QUEM SÓ TEM UM MARTELO VÊ TODOS OS PROBLEMAS COMO PREGOS: O alívio quantitativo aliviará? (16) O clube dos incréus reforçou-se (III)

Outras marteladas.

ECB Quantitative Easing can’t save the Eurozone


Open Europe

In a new Briefing released ahead of the ECB's purchase of sovereign bonds to be launched later this week, Open Europe breaks down why quantitative easing by the ECB will have limited economic benefits at high legal and political cost.

QE: The remedy to the Eurozone’s woes?

It is now well-known that the European Central Bank will announce some form of Quantitative Easing (QE) at its meeting on Thursday. Those who have urged the ECB to launch QE as a means to kick-start demand and fight deflation in the Eurozone will no doubt celebrate – but the impact of QE on growth and inflation is likely to be limited. In a new Intelligence Briefing released this morning, Open Europe’s Raoul Ruparel, breaks down why QE by the ECB will not save the Eurozone – and why the political and legal costs of QE are high.

The Eurozone is dependent on bank lending

The ECB has already tried various meaning of injecting money into the Eurozone – and QE is merely another means to that end – though on a much larger scale. Bank lending will be the key avenue for QE to filter through to the Eurozone’s real economy, as non-financial corporations in the Eurozone get 85% of their funding from banks. However, banks are not passing on the level of liquidity needed to the real economy, and other forms of lending are not developed enough to make up the shortfall.

Different stage of the economic cycle

Many assume that QE in the Eurozone can have the same impact as it did in the US and the UK – but the Eurozone is in a different stage of its economic crisis. When QE was launched in the US and UK, their ten year borrowing costs were over 4% and 3.5% respectively. Currently that figures stands at 1.5% in the Eurozone. Mario Draghi’s famous promise that the ECB would do ‘whatever it takes to save the euro’ in 2012, saw borrowing costs across the Eurozone dropping, but this was not accompanied with better economic performance or inflation. There is little reason to think that QE will be any different. How much more can QE do?

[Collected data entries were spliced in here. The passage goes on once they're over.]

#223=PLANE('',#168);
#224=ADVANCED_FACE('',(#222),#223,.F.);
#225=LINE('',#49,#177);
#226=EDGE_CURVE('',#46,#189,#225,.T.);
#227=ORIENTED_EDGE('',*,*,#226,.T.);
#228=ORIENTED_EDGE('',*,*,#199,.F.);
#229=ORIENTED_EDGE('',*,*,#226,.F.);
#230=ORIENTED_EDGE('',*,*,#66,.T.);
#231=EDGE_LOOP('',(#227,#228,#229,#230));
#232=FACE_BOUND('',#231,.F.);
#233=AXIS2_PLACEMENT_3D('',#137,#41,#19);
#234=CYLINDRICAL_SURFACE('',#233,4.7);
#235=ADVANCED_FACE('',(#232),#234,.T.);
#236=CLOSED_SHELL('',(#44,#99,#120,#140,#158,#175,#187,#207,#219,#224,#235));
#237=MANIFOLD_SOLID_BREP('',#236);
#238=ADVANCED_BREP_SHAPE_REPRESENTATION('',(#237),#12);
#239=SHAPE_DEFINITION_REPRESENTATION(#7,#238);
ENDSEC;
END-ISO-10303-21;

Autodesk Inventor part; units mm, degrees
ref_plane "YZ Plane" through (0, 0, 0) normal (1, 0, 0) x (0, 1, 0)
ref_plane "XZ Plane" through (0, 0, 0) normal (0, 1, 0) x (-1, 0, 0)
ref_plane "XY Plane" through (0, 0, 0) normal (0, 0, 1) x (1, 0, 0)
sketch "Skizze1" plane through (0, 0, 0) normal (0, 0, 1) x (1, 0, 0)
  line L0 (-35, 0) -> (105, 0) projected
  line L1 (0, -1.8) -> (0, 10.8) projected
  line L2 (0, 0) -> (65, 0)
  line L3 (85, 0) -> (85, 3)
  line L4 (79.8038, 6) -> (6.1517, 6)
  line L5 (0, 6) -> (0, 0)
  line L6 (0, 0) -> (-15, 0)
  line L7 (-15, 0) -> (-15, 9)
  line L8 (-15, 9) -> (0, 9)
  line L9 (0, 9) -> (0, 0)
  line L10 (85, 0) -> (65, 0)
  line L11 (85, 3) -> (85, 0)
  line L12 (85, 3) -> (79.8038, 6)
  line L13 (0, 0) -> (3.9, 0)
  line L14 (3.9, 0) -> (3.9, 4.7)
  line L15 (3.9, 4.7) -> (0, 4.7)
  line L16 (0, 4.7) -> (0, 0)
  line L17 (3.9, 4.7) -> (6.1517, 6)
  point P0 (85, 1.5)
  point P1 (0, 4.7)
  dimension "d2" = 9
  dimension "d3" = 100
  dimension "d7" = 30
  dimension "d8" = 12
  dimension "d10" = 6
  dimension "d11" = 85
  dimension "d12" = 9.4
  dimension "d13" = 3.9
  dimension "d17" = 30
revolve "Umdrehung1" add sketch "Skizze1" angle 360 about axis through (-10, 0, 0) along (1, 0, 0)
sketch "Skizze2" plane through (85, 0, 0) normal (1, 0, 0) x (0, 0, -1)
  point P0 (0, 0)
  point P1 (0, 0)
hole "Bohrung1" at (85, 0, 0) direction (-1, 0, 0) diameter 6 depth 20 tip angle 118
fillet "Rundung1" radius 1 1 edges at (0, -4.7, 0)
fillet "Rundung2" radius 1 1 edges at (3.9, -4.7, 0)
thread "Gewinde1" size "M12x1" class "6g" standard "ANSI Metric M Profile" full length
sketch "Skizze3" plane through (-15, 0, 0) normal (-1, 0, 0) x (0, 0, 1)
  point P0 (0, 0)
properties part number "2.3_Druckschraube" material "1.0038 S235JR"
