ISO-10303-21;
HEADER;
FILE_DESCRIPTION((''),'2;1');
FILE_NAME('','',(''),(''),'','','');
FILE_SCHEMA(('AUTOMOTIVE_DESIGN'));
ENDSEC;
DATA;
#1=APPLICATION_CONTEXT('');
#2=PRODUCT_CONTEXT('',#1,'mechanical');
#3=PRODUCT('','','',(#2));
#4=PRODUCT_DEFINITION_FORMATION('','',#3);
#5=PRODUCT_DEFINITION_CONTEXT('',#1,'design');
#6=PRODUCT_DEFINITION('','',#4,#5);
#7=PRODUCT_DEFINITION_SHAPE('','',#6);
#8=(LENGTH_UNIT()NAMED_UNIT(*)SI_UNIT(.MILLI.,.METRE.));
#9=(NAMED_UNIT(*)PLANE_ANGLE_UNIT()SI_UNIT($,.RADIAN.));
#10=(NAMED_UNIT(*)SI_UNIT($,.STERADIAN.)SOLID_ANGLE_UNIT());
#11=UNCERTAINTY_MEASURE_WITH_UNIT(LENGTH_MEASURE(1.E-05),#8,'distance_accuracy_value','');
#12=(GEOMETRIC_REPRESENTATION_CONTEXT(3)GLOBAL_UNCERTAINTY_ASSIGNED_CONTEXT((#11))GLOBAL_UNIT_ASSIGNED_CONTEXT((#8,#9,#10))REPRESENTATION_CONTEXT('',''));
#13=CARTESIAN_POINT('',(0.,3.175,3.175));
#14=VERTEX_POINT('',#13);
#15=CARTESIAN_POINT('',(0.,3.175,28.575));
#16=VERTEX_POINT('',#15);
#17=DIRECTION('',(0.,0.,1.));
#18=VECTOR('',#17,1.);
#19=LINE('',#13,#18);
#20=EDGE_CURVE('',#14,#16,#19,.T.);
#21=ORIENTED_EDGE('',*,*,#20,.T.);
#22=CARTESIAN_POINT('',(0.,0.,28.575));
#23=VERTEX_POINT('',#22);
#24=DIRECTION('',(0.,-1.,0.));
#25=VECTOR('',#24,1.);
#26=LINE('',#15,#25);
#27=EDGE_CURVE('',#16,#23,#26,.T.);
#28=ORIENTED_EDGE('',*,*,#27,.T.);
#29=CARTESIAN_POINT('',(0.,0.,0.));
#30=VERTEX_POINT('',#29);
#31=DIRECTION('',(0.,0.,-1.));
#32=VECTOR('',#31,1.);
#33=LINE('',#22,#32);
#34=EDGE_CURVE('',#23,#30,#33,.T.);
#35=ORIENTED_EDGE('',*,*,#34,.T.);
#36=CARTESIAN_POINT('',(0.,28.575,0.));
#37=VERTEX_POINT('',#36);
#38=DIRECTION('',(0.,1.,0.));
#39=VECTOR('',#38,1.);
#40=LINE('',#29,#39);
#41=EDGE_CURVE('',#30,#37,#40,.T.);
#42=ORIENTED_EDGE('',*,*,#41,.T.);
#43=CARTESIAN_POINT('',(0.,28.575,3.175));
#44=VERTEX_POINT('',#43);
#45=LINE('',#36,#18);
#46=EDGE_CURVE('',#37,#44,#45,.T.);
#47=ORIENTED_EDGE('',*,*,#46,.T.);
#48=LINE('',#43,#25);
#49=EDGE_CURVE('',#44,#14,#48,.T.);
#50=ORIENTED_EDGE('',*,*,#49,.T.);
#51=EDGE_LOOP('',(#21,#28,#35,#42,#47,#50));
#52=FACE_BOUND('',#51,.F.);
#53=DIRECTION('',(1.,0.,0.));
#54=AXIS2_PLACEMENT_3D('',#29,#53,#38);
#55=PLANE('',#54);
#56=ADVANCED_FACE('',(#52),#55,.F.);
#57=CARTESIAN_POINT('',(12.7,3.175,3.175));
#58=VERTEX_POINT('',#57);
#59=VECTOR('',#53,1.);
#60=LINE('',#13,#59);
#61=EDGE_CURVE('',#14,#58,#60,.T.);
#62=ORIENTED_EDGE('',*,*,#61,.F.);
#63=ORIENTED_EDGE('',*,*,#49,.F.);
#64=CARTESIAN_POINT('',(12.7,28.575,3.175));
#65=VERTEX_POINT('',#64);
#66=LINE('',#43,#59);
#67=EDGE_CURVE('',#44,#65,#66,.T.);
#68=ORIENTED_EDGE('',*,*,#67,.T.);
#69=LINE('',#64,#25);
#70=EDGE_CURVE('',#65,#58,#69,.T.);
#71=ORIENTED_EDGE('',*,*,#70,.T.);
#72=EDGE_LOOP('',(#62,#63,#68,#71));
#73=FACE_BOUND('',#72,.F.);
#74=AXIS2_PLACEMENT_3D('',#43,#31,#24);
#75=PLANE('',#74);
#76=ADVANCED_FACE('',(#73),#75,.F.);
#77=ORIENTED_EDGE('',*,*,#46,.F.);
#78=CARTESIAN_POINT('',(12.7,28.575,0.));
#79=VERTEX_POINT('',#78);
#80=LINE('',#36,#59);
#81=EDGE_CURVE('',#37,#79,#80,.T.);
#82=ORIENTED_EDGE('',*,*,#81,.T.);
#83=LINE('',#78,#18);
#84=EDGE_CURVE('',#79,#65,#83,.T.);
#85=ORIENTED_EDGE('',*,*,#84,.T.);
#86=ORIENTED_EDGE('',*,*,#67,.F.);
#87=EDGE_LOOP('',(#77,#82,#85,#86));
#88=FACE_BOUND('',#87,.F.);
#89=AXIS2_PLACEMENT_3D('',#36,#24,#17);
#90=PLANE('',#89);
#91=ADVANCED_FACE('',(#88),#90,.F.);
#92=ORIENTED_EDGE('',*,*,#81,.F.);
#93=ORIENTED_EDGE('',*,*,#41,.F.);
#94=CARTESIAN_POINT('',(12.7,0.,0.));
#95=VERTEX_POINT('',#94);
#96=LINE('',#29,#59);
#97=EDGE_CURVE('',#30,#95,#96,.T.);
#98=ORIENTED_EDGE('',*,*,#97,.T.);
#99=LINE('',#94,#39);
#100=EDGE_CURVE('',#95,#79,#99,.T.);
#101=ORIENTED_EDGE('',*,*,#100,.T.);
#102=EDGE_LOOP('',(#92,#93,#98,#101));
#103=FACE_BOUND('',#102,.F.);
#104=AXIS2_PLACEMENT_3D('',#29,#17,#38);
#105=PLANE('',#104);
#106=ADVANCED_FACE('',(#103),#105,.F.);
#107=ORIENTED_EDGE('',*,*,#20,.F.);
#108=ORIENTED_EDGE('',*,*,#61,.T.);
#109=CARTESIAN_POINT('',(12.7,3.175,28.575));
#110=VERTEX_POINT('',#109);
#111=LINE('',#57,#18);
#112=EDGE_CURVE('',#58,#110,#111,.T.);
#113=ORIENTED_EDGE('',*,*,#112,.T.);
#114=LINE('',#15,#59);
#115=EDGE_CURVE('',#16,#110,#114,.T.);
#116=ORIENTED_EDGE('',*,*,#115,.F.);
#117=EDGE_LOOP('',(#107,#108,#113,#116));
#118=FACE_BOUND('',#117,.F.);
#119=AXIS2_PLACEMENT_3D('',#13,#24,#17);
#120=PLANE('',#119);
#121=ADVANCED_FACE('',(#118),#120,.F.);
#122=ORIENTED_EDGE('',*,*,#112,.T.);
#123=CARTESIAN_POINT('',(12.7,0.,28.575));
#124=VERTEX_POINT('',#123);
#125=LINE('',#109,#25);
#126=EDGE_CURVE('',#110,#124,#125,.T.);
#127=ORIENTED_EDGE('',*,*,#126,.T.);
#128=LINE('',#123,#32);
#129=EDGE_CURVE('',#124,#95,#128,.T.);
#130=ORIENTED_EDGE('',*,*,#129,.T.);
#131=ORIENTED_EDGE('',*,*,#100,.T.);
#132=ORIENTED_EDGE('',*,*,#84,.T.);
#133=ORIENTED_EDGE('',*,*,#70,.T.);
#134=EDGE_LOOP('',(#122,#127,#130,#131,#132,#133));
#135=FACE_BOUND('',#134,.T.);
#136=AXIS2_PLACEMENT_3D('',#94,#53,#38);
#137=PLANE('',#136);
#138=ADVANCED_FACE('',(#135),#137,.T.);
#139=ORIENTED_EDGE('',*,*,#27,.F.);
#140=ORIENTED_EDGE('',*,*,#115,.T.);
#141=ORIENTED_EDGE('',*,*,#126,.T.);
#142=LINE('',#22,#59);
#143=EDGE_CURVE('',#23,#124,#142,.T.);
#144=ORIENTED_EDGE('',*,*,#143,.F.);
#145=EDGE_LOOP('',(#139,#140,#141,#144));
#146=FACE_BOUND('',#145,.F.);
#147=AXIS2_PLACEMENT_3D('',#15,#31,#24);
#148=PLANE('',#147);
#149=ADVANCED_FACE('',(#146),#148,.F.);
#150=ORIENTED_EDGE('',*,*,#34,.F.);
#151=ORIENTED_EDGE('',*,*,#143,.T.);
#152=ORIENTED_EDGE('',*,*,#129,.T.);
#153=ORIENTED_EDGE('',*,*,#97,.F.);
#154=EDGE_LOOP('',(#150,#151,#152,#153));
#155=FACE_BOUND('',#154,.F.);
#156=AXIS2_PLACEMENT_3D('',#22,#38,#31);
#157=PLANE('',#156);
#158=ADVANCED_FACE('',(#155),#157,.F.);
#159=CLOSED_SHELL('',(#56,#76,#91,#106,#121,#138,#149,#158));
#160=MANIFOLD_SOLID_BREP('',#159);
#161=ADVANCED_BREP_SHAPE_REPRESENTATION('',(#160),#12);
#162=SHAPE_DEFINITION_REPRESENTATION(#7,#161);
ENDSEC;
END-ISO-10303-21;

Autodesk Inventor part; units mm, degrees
ref_plane "YZ Plane" through (0, 0, 0) normal (1, 0, 0) x (0, 1, 0)
ref_plane "XZ Plane" through (0, 0, 0) normal (0, 1, 0) x (-1, 0, 0)
ref_plane "XY Plane" through (0, 0, 0) normal (0, 0, 1) x (1, 0, 0)
sketch "Sketch1" plane through (0, 0, 0) normal (1, 0, 0) x (0, 1, 0)
  line L0 (0, 0) -> (28.575, 0)
  line L1 (28.575, 0) -> (28.575, 3.175)
  line L2 (28.575, 3.175) -> (3.175, 3.175)
  line L3 (3.175, 3.175) -> (3.175, 28.575)
  line L4 (3.175, 28.575) -> (0, 28.575)
  line L5 (0, 28.575) -> (0, 0)
  dimension "d0" = 25.4
  dimension "d1" = 28.575
  dimension "d2" = 3.175
  dimension "d3" = 25.4
extrude "Extrusion1" add sketch "Sketch1" along normal blind 12.7
properties part number "Bracket"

Structure of the purchases

The purchase of government bonds will likely have to be split according the capital shares of the ECB – which means that almost half of the money injection will flow to Germany and France (26% and 20% respectively.) This means that even under a hypothetical €500 trillion purchase programme -which is emerging as the most likely figure – only a small percentage of the Eurozone’s sovereign debt market would be bought, and it would be much less than the purchases made under QE in the US and the UK.

The social and political costs of QE?

In addition to the limited economic impacts of QE, it will come at a high social and political cost, including:

Undermining German euro-support: Given the unpopularity of QE in Germany, there is a risk that political and public opinion in Germany will harden against the euro. This may leave Chancellor Angela Merkel with significantly less room for manoeuvre on issues such as bailouts in the future.

Free rider effect: Monetary action by the Central Bank in order to paint over deep economic and political fissures is unlikely to be long-term sustainable plan for the Eurozone.

Inevitable legal challenges: QE is guaranteed to be subject to a series of legal challenges, especially in Germany. Questions about the financial liabilities that will be created for the Bundesbank and German state without any democratic process are sure to ruffle feathers.

Sovereign bond purchases by the ECB will do little to help boost the real economy in the Eurozone. It may help buy some time, but this is not the fundamental problem at the moment. The ECB would prove much more effective to face up to the structural flaws in the Eurozone institutions and find a better way to encourage reform in exchange for fiscal transfers.